:: Work to be completed ::
For the entries below, the result should be an exact transcription of the lines from the one with "v -114.573 69.737 0" up to and including the one with "v -114.325 -72.5 0", and only those.

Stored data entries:
___

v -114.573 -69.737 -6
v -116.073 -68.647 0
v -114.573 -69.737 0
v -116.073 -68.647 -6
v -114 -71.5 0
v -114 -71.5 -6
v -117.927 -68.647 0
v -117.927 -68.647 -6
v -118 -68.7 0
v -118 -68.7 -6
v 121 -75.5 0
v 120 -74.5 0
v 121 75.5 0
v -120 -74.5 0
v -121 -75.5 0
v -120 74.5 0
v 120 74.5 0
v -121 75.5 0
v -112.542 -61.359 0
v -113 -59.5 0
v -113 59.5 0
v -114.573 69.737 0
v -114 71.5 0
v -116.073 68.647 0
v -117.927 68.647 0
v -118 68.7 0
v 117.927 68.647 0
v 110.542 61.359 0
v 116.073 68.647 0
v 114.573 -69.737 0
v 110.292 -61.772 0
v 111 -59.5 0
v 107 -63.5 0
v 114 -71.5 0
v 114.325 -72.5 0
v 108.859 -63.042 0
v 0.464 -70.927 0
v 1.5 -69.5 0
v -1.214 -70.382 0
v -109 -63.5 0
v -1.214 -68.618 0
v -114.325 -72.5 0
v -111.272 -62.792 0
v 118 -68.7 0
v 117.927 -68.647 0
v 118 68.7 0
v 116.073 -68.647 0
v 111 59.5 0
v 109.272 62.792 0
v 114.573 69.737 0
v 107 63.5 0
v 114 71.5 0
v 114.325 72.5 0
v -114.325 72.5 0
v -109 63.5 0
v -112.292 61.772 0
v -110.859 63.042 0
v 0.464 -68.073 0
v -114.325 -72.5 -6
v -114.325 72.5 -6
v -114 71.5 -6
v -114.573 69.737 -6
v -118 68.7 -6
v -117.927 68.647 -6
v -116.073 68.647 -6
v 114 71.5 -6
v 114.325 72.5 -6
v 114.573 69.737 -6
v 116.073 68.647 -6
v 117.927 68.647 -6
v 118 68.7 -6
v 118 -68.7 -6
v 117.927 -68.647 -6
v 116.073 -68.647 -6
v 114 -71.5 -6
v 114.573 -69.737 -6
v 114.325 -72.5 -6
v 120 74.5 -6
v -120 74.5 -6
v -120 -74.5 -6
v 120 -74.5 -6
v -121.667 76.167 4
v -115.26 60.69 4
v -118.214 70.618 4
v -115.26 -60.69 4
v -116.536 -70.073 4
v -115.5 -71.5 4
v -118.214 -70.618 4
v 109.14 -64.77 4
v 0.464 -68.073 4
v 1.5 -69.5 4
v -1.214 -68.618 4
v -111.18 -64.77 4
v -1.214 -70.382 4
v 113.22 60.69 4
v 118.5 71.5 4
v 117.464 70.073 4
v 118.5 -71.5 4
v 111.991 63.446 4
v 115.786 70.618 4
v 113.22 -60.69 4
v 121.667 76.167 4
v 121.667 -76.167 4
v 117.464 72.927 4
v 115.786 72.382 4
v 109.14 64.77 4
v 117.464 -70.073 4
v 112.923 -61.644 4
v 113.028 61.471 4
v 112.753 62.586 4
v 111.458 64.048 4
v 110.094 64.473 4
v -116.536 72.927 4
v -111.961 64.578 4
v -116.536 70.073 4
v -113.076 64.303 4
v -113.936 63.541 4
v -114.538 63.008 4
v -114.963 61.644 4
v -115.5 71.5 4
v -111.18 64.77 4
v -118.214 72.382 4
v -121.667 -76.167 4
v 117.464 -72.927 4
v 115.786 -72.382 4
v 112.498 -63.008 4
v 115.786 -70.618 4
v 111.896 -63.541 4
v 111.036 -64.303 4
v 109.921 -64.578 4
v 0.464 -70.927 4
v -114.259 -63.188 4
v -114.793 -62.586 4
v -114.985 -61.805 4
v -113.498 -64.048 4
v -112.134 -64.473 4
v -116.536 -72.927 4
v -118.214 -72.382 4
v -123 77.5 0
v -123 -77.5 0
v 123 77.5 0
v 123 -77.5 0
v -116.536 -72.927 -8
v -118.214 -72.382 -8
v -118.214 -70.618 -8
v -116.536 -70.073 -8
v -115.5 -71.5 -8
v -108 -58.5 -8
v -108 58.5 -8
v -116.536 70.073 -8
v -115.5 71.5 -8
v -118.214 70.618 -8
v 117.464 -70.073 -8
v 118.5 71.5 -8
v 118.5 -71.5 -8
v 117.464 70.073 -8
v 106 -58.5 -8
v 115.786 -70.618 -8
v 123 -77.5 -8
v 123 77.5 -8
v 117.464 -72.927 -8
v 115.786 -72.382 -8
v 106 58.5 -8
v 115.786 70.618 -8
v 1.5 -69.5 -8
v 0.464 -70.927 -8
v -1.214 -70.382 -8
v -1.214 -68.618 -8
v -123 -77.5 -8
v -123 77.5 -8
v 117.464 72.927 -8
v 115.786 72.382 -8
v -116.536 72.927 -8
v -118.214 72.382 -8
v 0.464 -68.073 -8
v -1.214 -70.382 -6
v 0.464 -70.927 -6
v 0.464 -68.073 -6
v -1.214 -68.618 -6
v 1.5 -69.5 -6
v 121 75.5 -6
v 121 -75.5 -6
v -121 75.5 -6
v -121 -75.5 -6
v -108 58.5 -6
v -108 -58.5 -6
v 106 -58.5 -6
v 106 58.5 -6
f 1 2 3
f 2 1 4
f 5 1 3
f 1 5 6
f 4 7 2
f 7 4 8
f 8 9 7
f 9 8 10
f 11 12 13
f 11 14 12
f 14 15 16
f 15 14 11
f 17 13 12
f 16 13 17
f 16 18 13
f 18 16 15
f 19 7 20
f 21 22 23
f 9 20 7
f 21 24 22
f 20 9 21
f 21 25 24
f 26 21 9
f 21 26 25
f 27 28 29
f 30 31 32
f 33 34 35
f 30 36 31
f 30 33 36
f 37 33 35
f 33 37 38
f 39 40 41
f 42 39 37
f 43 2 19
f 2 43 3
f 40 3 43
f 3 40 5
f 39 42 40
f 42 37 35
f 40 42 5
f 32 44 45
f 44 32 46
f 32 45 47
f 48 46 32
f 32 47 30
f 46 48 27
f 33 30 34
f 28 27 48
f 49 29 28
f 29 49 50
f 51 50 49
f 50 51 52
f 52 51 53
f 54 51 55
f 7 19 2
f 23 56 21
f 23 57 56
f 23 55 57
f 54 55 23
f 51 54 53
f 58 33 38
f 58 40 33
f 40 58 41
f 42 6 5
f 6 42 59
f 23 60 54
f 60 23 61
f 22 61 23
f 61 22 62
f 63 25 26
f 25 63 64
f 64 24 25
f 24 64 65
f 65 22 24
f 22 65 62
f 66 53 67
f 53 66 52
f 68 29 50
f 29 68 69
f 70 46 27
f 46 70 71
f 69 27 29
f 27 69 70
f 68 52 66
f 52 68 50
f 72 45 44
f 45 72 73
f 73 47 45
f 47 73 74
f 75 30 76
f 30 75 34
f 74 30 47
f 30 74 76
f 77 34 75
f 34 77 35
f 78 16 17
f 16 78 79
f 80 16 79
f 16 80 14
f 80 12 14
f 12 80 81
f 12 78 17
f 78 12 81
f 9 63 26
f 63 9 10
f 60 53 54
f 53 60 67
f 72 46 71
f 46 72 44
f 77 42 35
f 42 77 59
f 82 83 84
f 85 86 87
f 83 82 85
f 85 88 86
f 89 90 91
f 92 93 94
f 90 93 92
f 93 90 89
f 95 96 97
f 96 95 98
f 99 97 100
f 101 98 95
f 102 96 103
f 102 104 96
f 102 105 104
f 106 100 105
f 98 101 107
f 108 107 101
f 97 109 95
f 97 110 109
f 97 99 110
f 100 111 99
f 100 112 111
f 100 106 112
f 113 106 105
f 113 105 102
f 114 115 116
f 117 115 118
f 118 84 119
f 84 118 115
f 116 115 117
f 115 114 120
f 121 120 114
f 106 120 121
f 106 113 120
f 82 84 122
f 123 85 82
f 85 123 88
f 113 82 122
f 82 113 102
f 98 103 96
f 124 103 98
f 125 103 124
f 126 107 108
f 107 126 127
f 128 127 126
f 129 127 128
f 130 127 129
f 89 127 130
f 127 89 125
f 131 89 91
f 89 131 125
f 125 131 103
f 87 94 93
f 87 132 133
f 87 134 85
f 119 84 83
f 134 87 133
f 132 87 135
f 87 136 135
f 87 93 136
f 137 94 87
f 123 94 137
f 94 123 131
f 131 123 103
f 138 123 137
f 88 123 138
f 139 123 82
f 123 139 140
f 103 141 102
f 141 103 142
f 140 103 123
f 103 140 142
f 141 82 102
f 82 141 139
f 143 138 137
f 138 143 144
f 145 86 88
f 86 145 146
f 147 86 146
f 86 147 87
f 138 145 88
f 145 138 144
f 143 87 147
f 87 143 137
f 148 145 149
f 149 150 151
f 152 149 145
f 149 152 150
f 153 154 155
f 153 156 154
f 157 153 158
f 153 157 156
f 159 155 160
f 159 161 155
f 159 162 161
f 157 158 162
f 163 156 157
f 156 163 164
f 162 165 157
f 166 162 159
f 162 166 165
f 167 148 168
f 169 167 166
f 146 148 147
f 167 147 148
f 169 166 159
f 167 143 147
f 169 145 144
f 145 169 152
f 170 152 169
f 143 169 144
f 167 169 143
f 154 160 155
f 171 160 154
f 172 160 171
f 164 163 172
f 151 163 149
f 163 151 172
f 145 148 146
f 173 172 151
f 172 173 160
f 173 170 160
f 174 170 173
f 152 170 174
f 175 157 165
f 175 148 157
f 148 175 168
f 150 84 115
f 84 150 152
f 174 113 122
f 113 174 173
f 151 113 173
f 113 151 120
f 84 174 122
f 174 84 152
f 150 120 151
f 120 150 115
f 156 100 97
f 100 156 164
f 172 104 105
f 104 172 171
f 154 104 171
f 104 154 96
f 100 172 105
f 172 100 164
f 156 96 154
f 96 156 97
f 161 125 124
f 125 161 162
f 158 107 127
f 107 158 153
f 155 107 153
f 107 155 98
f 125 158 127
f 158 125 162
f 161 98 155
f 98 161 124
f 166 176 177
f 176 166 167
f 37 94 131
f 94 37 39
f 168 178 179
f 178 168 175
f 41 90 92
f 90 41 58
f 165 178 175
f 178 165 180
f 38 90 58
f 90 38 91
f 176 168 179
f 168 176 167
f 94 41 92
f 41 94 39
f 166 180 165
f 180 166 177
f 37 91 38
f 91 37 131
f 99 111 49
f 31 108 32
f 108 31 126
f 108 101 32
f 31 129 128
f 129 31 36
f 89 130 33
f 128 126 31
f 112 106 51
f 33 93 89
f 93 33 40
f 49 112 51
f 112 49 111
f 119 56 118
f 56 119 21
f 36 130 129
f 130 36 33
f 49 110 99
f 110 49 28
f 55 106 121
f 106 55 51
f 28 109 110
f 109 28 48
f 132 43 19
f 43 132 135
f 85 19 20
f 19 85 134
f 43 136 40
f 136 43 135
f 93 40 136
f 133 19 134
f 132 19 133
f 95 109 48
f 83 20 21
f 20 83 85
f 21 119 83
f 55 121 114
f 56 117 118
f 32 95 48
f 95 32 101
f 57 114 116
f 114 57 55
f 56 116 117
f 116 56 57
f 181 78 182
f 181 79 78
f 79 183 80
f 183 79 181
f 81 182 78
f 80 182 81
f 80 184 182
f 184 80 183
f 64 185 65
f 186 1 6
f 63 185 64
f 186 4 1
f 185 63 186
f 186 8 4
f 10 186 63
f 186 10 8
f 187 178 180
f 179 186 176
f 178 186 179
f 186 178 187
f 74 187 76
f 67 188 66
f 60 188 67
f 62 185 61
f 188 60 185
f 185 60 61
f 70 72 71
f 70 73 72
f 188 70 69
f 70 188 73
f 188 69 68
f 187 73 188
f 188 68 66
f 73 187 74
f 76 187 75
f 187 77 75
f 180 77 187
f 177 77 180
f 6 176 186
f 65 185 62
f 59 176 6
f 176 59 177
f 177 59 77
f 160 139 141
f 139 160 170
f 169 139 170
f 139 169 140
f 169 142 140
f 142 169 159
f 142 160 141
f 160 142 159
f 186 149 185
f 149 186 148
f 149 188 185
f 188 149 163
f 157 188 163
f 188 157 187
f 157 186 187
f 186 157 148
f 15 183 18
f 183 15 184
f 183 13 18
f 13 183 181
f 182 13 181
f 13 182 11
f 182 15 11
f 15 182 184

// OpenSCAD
// file: frame_config.scad
have_buttons=0;

display_width=234;
display_height=143;
display_top_bezel=8;
display_bottom_bezel=8;
display_left_bezel=4;
display_right_bezel=6;

flange_height=5;
flange_gap=1;
flange_width=2;

faceplate_inset=2;
faceplate_lside_width=(have_buttons==1)? 22 : 6;
faceplate_rside_width=(have_buttons==1)? 20 : 6;
faceplate_top_width=6;
faceplate_bottom_width=(have_buttons==1)? 18 : 6;
faceplate_thickness=4;

backframe_thickness=8;
backframe_center_thickness=2;
backframe_inset=5;

button_width=10;
button_height=6;
button_thickness=faceplate_thickness+2;
button_rad=1;
num_bot_buttons=6;
num_side_buttons=5;
button_bottom_offset=5;
button_side_offset=5;

pcb_boss_radius=1;
pcb_thickness=1.5;

button_boss_radius=3;
button_boss_height=3.5;

backframe_boss_radius=3;
backframe_boss_height=backframe_thickness-pcb_thickness-button_boss_height;

frame_boss_radius=3;

cut_gap=.2;

// Vector of display corners
display_corners = [
    [-display_width/2-faceplate_lside_width,-display_height/2-faceplate_bottom_width,0],
    [-display_width/2-faceplate_lside_width,display_height/2+faceplate_top_width,0],
    [display_width/2+faceplate_rside_width,display_height/2+faceplate_top_width,0],
    [display_width/2+faceplate_rside_width,-display_height/2-faceplate_bottom_width,0]
];
// main file
include <frame_config.scad>

module frame_hole() {
    cylinder(h=backframe_thickness*2, r=1.5);
}

module frame_holes() {
    offset = frame_boss_radius+3;
    fho = [[offset,offset,-backframe_thickness],
        [offset,-offset,-backframe_thickness],
        [-offset,-offset,-backframe_thickness],
        [-offset,offset,-backframe_thickness]];
    trans = display_corners + fho;
    
    translate(trans[0])
        frame_hole();
    translate(trans[1])
        frame_hole();
    translate(trans[2])
        frame_hole();
    translate(trans[3])
        frame_hole();
    translate([0,-display_height/2-faceplate_bottom_width+button_bottom_offset+button_height/2,-backframe_thickness])
        frame_hole();
}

___

:: Answer to this task ::
v -114.573 69.737 0
v -114 71.5 0
v -116.073 68.647 0
v -117.927 68.647 0
v -118 68.7 0
v 117.927 68.647 0
v 110.542 61.359 0
v 116.073 68.647 0
v 114.573 -69.737 0
v 110.292 -61.772 0
v 111 -59.5 0
v 107 -63.5 0
v 114 -71.5 0
v 114.325 -72.5 0
v 108.859 -63.042 0
v 0.464 -70.927 0
v 1.5 -69.5 0
v -1.214 -70.382 0
v -109 -63.5 0
v -1.214 -68.618 0
v -114.325 -72.5 0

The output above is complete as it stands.